===== PROVIDED MATERIAL

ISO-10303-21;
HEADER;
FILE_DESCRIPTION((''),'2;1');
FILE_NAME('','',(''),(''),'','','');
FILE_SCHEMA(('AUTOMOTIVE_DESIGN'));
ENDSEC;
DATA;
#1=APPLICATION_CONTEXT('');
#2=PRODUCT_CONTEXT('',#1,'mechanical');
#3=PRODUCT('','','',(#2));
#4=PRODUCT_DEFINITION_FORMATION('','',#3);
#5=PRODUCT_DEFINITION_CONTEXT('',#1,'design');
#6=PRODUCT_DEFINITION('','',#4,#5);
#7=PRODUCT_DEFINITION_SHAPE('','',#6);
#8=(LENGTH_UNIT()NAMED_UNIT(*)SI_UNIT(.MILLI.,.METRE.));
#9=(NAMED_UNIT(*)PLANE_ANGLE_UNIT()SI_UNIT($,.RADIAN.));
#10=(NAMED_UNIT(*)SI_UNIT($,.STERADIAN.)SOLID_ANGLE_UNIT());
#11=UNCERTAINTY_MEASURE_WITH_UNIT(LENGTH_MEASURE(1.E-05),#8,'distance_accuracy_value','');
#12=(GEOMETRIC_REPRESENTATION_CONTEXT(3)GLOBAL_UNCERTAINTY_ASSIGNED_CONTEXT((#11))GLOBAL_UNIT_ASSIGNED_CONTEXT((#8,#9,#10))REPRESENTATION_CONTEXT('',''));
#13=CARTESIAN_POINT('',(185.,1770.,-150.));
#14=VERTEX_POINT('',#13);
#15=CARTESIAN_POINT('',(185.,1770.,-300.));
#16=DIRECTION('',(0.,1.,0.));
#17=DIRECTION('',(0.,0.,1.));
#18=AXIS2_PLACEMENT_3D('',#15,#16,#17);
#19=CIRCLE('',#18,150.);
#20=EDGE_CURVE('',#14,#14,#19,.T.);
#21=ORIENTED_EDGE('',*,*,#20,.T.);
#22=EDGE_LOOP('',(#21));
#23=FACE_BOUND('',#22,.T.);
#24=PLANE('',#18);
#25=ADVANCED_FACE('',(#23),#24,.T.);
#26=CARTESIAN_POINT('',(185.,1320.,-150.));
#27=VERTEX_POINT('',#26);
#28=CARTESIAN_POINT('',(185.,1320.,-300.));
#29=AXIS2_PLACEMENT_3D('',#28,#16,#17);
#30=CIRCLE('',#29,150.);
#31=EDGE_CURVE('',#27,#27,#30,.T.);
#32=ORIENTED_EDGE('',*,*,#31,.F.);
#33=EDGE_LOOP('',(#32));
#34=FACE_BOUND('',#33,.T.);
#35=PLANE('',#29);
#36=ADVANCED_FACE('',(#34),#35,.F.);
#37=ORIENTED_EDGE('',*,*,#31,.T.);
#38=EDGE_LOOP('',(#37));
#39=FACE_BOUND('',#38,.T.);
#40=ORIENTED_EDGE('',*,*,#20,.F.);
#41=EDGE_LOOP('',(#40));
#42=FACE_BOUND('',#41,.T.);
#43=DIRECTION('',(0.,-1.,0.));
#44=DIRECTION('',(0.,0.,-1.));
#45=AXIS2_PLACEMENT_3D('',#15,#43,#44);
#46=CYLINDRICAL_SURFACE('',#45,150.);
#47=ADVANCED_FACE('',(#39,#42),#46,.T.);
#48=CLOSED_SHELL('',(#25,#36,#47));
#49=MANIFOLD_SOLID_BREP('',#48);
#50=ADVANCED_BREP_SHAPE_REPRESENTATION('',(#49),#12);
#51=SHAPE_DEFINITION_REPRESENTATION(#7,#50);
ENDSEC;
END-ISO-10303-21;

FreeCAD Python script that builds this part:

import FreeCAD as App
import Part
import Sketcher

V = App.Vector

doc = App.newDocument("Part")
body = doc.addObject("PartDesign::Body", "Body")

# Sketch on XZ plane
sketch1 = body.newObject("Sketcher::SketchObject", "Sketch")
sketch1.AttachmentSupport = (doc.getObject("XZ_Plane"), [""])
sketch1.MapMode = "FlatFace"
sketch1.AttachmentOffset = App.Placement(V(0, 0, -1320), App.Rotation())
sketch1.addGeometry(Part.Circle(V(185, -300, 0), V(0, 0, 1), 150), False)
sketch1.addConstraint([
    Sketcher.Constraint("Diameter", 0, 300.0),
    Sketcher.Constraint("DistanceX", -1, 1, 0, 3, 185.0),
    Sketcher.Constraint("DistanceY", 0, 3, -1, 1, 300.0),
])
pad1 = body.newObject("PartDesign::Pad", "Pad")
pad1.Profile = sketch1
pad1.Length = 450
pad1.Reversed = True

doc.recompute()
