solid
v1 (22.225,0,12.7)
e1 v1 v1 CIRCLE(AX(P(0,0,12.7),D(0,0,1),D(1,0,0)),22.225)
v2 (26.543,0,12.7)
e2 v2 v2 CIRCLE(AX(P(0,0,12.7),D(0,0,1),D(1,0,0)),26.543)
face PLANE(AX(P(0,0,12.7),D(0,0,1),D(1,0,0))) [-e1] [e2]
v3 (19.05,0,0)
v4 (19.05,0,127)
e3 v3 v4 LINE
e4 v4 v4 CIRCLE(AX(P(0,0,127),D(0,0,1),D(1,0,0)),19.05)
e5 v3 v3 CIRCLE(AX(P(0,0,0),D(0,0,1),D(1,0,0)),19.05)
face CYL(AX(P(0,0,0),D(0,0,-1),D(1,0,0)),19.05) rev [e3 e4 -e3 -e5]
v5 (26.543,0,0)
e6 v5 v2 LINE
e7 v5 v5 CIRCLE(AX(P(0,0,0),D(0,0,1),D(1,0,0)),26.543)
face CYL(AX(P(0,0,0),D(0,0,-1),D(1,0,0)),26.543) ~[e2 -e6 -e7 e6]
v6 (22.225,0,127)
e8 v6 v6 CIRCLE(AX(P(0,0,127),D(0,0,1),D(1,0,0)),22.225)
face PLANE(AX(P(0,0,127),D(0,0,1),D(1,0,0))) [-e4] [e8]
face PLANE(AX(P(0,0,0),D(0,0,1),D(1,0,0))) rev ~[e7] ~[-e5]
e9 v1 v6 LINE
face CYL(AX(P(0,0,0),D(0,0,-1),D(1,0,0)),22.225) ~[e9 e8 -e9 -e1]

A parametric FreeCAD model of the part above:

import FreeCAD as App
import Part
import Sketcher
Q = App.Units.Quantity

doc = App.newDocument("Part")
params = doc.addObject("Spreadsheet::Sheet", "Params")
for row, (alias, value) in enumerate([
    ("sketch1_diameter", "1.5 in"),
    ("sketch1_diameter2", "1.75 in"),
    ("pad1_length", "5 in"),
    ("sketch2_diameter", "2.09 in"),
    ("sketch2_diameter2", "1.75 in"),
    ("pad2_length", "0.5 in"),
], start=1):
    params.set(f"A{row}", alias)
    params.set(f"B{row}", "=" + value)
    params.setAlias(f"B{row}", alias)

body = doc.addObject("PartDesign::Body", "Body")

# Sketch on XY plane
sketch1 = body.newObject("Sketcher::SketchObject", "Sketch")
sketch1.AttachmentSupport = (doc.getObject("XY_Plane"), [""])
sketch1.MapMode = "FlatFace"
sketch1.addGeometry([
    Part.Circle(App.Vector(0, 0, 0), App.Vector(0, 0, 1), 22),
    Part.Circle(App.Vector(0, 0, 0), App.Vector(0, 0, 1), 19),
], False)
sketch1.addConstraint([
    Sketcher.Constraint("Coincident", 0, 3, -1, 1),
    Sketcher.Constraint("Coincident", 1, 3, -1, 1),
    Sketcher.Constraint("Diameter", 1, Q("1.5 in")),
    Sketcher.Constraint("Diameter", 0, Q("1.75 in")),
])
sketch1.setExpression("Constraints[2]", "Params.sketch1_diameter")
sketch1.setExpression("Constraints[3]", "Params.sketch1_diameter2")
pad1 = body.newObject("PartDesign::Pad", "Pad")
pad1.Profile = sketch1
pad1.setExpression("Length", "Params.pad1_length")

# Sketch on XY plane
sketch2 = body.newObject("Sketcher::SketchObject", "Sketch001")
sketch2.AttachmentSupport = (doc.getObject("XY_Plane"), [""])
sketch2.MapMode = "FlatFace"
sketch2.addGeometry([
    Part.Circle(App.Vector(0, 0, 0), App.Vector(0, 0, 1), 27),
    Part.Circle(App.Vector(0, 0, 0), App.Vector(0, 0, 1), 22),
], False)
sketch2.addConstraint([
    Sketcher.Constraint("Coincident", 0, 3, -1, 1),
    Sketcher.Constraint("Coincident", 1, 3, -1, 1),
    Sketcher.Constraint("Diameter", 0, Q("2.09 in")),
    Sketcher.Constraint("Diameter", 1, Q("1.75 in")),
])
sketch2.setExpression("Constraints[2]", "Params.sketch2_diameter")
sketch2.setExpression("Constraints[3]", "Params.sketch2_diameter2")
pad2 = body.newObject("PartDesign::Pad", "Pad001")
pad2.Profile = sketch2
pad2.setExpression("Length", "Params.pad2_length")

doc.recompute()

==========
===== PROVIDED MATERIAL

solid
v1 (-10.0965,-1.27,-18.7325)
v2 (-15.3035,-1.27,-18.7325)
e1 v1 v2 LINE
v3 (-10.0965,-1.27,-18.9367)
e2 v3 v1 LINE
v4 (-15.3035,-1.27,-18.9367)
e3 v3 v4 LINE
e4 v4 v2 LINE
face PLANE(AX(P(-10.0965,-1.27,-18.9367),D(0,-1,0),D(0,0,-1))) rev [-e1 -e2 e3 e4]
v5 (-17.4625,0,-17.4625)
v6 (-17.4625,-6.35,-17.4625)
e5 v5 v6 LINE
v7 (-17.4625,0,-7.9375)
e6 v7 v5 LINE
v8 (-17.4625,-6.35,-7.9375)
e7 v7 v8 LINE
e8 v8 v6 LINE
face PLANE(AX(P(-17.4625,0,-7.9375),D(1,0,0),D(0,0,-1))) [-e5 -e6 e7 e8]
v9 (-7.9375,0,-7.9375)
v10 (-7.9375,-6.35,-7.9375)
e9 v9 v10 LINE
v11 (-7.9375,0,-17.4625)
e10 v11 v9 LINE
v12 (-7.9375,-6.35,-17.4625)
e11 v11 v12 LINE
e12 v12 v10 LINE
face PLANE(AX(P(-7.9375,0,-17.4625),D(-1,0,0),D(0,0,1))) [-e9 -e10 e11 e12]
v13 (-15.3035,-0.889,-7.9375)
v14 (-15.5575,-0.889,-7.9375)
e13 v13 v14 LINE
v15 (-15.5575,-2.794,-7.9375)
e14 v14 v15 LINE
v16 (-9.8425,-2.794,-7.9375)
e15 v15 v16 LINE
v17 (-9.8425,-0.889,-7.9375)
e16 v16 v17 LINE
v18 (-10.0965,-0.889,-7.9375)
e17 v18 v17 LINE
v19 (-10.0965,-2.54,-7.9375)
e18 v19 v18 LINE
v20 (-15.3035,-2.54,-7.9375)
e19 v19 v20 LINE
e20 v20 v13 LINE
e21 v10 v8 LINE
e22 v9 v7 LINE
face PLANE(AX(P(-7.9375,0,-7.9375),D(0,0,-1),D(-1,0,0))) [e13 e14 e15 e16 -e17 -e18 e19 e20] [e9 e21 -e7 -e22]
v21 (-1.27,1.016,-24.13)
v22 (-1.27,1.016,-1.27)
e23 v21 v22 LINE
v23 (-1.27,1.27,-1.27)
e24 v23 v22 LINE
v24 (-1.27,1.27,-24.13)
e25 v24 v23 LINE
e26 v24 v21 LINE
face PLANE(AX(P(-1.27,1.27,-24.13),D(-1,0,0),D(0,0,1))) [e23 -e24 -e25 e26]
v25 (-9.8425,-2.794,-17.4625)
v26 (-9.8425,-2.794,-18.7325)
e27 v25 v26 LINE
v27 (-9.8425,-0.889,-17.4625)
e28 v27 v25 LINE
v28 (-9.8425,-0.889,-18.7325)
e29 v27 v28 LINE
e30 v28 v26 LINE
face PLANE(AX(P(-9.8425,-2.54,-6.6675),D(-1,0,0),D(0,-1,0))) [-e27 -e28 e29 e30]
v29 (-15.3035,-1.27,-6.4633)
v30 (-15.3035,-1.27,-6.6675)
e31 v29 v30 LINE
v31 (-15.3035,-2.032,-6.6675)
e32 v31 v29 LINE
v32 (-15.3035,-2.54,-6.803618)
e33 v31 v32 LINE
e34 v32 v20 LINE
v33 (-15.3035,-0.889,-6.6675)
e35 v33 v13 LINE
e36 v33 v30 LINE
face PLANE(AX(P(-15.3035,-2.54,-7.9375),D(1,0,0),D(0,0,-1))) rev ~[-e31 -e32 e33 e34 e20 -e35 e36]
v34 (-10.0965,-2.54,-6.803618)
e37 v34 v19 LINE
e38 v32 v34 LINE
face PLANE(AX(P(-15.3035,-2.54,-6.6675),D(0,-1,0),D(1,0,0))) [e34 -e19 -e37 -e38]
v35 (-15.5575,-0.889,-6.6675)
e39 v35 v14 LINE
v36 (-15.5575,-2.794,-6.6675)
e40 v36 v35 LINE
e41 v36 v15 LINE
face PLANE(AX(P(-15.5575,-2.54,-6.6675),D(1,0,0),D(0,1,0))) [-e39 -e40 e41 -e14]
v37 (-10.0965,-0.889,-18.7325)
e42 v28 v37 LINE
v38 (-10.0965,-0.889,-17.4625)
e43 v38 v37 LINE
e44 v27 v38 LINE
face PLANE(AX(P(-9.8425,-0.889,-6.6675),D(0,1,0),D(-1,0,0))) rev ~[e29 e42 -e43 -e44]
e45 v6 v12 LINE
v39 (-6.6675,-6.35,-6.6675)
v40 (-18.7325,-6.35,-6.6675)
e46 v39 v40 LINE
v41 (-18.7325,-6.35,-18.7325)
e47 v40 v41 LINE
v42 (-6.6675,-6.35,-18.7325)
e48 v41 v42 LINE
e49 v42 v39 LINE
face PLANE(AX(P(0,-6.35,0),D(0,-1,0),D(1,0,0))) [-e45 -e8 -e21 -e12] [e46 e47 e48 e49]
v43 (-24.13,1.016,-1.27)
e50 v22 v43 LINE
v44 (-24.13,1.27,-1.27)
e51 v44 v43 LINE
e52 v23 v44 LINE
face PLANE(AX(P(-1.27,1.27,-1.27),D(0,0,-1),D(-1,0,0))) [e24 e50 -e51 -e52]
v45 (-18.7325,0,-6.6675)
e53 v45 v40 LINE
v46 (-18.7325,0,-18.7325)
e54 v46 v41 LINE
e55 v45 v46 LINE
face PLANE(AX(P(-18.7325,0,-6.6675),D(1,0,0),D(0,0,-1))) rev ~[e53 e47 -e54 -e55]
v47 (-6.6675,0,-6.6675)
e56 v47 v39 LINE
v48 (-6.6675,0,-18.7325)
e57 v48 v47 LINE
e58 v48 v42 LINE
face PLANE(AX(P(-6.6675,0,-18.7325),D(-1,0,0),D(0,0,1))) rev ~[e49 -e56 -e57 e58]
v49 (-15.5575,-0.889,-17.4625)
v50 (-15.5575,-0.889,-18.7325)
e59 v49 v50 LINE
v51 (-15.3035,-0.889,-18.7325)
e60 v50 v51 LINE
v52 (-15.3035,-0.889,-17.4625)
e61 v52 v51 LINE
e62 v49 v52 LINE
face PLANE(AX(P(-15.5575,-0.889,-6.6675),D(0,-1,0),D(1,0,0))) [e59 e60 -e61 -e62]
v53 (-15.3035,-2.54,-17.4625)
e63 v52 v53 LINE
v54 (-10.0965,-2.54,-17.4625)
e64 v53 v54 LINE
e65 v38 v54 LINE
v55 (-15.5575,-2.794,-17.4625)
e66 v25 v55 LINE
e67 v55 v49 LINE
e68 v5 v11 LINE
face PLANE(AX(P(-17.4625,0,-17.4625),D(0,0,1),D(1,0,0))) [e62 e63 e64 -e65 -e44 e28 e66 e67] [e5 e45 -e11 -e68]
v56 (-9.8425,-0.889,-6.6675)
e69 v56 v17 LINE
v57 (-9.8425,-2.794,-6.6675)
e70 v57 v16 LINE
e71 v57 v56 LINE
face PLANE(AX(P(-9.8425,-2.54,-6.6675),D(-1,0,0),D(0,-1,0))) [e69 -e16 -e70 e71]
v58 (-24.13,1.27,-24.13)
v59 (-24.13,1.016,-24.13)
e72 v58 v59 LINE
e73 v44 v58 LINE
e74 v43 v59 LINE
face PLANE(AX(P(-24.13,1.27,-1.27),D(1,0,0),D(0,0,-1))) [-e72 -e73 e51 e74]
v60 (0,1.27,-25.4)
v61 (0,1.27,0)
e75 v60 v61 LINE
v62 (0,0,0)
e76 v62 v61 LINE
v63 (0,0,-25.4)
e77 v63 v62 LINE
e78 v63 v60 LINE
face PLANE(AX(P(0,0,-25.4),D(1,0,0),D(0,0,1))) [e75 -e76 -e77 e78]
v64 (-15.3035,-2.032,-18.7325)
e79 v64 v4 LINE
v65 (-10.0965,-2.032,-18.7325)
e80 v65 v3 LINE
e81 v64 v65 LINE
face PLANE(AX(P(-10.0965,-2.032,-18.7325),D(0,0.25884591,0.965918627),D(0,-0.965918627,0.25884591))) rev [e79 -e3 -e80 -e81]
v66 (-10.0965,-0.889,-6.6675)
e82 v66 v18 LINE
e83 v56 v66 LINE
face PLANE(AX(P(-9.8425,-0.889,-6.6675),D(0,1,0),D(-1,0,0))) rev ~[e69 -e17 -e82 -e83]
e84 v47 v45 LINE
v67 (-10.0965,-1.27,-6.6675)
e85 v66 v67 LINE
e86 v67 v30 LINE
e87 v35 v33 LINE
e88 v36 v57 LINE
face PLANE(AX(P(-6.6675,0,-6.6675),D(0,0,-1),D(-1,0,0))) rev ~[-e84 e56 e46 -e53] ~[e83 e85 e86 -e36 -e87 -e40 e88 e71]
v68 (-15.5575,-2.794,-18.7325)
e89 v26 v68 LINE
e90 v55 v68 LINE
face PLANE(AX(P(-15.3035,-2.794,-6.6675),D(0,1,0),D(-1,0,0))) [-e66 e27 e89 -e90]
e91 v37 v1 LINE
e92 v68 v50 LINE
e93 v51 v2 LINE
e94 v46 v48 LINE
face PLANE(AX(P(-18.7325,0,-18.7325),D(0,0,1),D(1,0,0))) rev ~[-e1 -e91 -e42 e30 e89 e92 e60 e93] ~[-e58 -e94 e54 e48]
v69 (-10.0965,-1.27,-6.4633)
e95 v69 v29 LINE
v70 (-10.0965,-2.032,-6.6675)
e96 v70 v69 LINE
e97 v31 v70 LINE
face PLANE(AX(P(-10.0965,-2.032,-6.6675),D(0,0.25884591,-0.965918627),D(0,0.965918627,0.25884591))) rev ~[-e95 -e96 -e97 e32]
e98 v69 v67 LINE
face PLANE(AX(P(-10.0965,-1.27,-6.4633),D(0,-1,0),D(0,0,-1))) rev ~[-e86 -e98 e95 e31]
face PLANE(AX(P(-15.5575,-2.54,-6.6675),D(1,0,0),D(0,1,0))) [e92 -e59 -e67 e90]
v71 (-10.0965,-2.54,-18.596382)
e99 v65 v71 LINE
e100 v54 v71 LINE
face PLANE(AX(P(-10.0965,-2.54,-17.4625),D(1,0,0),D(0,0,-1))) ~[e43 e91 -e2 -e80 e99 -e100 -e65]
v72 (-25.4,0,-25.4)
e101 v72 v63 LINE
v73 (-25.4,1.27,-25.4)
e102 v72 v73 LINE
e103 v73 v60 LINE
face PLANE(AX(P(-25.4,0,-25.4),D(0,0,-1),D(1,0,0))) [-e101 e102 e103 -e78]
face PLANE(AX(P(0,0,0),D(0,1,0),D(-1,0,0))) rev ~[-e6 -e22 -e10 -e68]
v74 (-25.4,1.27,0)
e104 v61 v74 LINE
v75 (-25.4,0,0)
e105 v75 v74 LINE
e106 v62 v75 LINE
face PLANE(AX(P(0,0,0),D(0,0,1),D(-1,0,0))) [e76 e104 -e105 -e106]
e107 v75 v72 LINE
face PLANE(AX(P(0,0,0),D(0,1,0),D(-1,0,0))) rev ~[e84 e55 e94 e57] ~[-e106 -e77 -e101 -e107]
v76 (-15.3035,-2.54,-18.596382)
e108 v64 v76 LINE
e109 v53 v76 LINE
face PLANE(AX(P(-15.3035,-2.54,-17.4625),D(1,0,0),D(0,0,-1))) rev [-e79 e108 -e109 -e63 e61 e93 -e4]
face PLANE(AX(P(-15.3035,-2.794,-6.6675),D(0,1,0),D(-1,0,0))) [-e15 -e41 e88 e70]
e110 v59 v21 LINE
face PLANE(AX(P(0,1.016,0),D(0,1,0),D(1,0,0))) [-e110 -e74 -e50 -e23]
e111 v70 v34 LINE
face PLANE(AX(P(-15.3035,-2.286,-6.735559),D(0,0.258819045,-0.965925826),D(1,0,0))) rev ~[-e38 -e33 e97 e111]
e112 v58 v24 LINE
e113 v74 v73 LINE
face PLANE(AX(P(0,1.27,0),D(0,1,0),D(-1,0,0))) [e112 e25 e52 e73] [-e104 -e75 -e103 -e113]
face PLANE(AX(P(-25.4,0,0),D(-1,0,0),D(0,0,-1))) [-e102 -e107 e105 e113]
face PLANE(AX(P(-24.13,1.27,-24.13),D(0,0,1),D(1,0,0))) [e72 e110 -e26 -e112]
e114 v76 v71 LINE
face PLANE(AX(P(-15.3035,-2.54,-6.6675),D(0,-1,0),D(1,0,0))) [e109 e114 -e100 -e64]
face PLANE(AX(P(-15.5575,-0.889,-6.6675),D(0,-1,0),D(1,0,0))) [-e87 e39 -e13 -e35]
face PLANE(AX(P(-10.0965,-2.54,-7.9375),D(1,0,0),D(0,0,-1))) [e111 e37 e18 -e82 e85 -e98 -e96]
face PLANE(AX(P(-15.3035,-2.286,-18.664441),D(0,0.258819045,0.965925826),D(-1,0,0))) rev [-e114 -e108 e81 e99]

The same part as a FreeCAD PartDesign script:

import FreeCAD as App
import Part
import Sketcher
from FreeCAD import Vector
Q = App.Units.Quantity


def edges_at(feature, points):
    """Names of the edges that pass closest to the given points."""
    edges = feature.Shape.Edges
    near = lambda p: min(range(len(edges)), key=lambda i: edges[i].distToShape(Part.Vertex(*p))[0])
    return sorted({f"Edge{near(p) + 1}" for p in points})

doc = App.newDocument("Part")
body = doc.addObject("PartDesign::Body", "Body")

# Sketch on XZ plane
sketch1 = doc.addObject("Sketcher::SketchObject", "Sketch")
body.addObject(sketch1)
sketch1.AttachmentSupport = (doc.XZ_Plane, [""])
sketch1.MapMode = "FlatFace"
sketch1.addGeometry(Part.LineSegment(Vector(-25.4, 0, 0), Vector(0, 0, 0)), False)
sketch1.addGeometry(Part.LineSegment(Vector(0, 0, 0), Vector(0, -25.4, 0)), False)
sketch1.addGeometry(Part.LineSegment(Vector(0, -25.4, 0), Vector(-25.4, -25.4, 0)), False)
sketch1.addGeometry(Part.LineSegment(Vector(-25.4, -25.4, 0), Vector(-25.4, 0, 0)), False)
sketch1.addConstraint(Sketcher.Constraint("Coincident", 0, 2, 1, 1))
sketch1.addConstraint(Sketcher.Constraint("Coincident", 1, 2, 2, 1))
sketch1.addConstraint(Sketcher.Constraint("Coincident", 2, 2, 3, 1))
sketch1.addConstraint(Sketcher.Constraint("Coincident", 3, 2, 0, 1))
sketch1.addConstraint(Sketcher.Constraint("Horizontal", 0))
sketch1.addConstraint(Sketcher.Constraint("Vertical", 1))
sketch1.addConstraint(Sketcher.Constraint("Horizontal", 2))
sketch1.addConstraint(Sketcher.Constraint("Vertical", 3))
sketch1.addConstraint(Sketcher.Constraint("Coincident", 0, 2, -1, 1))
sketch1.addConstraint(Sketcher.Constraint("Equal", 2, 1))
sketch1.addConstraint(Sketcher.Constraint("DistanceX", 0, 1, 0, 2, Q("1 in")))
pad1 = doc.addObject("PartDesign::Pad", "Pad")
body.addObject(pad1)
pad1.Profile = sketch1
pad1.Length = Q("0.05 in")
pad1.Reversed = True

==========

■ **WORK INSTRUCTION**
Within the listing above, locate the line containing "face PLANE(AX(P(-6.6675,0,-6.6675),D(0,0,-1),D(-1,0,0))) rev" and the line containing "e94 v46 v48 LINE". Reproduce those two lines and all lines between them exactly, with nothing added.

■ **RESULT OF THE EXERCISE**
face PLANE(AX(P(-6.6675,0,-6.6675),D(0,0,-1),D(-1,0,0))) rev ~[-e84 e56 e46 -e53] ~[e83 e85 e86 -e36 -e87 -e40 e88 e71]
v68 (-15.5575,-2.794,-18.7325)
e89 v26 v68 LINE
e90 v55 v68 LINE
face PLANE(AX(P(-15.3035,-2.794,-6.6675),D(0,1,0),D(-1,0,0))) [-e66 e27 e89 -e90]
e91 v37 v1 LINE
e92 v68 v50 LINE
e93 v51 v2 LINE
e94 v46 v48 LINE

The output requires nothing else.